Growing up in a household bursting of Swiss traditions, this truth became obvious early on in the shaping of my own attitude toward events swirling around me.
A case in point is the David Rothen New Year's caroling folklore. My parents' reference to this event centered on their teen years in the late 1920s.
Later, in conversations with Milt Sprunger, who represented an even earlier generation, I began to appreciate the meaning of this tradition. His carol stories came from the turn of an earlier century.
There were other stories - short references, bits and pieces in conversation, Swiss-dialect phrases I didn't understand, winks, names, chuckles - I picked up along the way from cast of characters including but not limited to Gerry Bucher, Alan Grismore, Wilhelm Amstutz, Hiram Kohli, Delbert Gratz, Sr., Meredith Stepleton and even my brother, Rudi, who was probably more interested in spending new year's eve with a girl, than singing.
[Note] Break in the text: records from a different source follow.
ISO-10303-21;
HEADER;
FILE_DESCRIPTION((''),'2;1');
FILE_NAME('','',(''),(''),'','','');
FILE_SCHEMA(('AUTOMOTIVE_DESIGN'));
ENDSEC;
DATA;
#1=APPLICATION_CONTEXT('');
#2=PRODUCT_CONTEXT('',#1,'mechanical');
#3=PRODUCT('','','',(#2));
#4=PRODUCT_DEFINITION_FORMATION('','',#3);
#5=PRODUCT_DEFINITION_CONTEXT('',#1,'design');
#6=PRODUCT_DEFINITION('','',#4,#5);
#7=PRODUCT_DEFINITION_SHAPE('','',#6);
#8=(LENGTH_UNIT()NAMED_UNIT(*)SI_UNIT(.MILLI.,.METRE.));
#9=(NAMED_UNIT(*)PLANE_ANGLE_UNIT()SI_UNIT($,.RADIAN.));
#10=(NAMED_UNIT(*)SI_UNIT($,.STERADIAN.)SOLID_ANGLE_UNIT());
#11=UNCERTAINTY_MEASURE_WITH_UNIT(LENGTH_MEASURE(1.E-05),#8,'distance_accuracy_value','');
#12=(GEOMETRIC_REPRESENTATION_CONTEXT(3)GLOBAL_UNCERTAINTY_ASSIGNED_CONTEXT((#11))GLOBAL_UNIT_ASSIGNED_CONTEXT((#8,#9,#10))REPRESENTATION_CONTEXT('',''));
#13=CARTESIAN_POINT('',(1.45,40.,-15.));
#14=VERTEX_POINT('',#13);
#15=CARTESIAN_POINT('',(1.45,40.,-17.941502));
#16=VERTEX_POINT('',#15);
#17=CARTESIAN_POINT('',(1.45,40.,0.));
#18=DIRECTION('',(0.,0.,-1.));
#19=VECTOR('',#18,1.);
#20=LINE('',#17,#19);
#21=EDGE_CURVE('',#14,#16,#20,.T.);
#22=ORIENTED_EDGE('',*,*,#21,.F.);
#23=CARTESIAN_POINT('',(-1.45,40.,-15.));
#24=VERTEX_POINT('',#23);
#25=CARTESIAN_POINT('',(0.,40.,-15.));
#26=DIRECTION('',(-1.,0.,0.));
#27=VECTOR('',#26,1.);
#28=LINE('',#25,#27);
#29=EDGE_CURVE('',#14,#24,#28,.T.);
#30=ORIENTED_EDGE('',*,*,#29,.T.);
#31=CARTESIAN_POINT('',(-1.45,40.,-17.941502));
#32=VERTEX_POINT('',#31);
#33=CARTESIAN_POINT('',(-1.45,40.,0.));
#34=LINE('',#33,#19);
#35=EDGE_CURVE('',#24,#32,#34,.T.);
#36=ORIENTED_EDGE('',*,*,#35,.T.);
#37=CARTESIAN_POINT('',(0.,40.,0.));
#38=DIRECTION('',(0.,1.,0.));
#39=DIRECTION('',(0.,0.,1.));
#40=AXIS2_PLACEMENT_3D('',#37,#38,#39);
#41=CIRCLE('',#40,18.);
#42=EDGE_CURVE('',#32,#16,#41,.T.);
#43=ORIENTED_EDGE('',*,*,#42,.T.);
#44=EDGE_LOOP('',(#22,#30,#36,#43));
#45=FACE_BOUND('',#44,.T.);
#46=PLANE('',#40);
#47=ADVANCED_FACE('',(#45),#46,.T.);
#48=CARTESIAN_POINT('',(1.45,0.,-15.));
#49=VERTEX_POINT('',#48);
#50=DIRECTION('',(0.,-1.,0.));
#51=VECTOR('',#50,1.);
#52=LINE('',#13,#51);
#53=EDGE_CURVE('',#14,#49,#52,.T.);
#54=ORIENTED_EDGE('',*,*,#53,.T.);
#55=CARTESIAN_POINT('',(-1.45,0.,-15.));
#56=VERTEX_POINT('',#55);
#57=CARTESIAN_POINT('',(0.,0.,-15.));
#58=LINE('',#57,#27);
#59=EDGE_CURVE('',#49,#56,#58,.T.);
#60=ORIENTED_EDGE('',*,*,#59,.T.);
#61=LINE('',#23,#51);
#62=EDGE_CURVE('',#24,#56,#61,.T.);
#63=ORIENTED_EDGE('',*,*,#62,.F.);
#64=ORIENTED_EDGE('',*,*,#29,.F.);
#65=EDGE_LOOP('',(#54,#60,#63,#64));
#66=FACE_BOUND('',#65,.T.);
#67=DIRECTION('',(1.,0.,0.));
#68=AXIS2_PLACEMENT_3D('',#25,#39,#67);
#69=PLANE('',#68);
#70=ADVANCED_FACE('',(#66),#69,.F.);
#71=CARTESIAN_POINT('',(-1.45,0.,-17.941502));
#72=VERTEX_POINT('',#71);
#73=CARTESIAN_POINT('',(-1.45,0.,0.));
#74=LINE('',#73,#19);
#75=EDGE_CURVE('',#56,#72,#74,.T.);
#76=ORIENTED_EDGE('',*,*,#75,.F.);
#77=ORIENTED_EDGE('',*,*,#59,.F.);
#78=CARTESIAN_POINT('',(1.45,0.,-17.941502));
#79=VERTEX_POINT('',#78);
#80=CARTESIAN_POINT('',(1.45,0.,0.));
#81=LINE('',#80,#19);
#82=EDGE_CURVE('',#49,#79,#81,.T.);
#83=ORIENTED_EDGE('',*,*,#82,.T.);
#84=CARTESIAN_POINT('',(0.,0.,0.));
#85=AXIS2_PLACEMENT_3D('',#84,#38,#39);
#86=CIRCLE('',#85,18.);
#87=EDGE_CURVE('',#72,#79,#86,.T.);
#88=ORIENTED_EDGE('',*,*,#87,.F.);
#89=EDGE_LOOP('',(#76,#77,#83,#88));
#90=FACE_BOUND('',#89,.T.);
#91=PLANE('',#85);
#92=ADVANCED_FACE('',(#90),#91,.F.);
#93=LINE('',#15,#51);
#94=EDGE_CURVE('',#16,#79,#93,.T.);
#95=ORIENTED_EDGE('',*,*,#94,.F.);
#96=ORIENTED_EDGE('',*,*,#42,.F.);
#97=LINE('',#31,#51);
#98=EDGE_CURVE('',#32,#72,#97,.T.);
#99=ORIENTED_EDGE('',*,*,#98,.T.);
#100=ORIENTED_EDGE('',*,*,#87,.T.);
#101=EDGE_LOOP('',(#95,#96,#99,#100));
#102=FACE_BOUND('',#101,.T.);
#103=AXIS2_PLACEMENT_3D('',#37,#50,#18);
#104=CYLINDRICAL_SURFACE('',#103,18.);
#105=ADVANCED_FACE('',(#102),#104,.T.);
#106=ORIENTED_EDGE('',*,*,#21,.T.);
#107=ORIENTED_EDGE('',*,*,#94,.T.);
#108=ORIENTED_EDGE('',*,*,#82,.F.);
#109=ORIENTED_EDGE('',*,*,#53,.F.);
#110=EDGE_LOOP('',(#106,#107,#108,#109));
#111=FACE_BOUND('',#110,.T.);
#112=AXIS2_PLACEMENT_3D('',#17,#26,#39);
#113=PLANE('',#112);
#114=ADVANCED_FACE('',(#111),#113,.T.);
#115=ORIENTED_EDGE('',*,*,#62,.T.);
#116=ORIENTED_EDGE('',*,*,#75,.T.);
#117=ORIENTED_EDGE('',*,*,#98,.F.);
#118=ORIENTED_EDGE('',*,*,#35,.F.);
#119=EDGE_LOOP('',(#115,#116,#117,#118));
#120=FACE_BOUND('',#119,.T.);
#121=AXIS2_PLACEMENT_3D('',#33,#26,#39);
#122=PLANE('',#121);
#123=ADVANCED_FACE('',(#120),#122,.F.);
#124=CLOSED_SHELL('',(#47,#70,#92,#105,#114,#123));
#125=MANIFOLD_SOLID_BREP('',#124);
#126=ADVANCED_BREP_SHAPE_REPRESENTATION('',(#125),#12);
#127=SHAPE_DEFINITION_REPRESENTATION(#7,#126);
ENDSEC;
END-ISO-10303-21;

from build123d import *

# Parameters (mm, degrees)
BOSS_EXTRUDE1_DEPTH = 40


with BuildPart() as part:
    # Sketch1 → Boss-Extrude1 (new body)
    with BuildSketch(Plane(origin=(0, 0, 0), x_dir=(1, 0, 0), z_dir=(0, 1, 0))):
        with BuildLine():
            Line((1.45, 17.941502167), (1.45, 15))
            Line((1.45, 15), (-1.45, 15))
            Line((-1.45, 15), (-1.45, 17.941502167))
            ThreePointArc((-1.45, 17.941502167), (-12.204507364, -13.230646243), (18, 0))
            ThreePointArc((18, 0), (13.230646243, 12.204507364), (1.45, 17.941502167))
        make_face()
    extrude(amount=BOSS_EXTRUDE1_DEPTH)


solid = part.part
But then, so were lots of these male participants.
Summarizing this even goes something like this:
In the Bluffton-Pandora Swiss community there exists an event (door-to-door caroling mostly to farm houses) so old it's Layer One of our traditional oral bedrock. It's as old as Shannon (now Bluffton) and Pendleton (now Pandora). And it is uniquely our own.
It's roots sprouted from the Swiss Reform Church (now St. John's and Emmanuel UCC). It dribbled over into the Swiss Mennonite tradition. Why? Perhaps the Reform group had all the fun on New Year's Eve; perhaps not. I'm not certain.
The event evolved into various spontaneously-formed New Year's Eve caroling parties, largely made up of groups of youths (both sexes) looking for a parental-approved reason to do something different one night each year and stay out as late a possible.
Several versions of this caroling experience included stories of carolers visiting farms where the singers came across farmers actually milking cows in the early morning hours. The tradition waned and nearly disappeared during the 1940s.
But, it never really went away.
The small flame of this tradition, while nearly extinguished, was kept alive by people like Morris Groman and others, from the Swiss Reformed tradition. Today the Swiss Community Historical Society is the caroling caretaker.
It may never return to its once-upon-a-time wave of large group caroling. But, the tune and words remain part of our community's well of knowledge, where the tradition rests in good hands.
Rothen's words and music belongs to us all.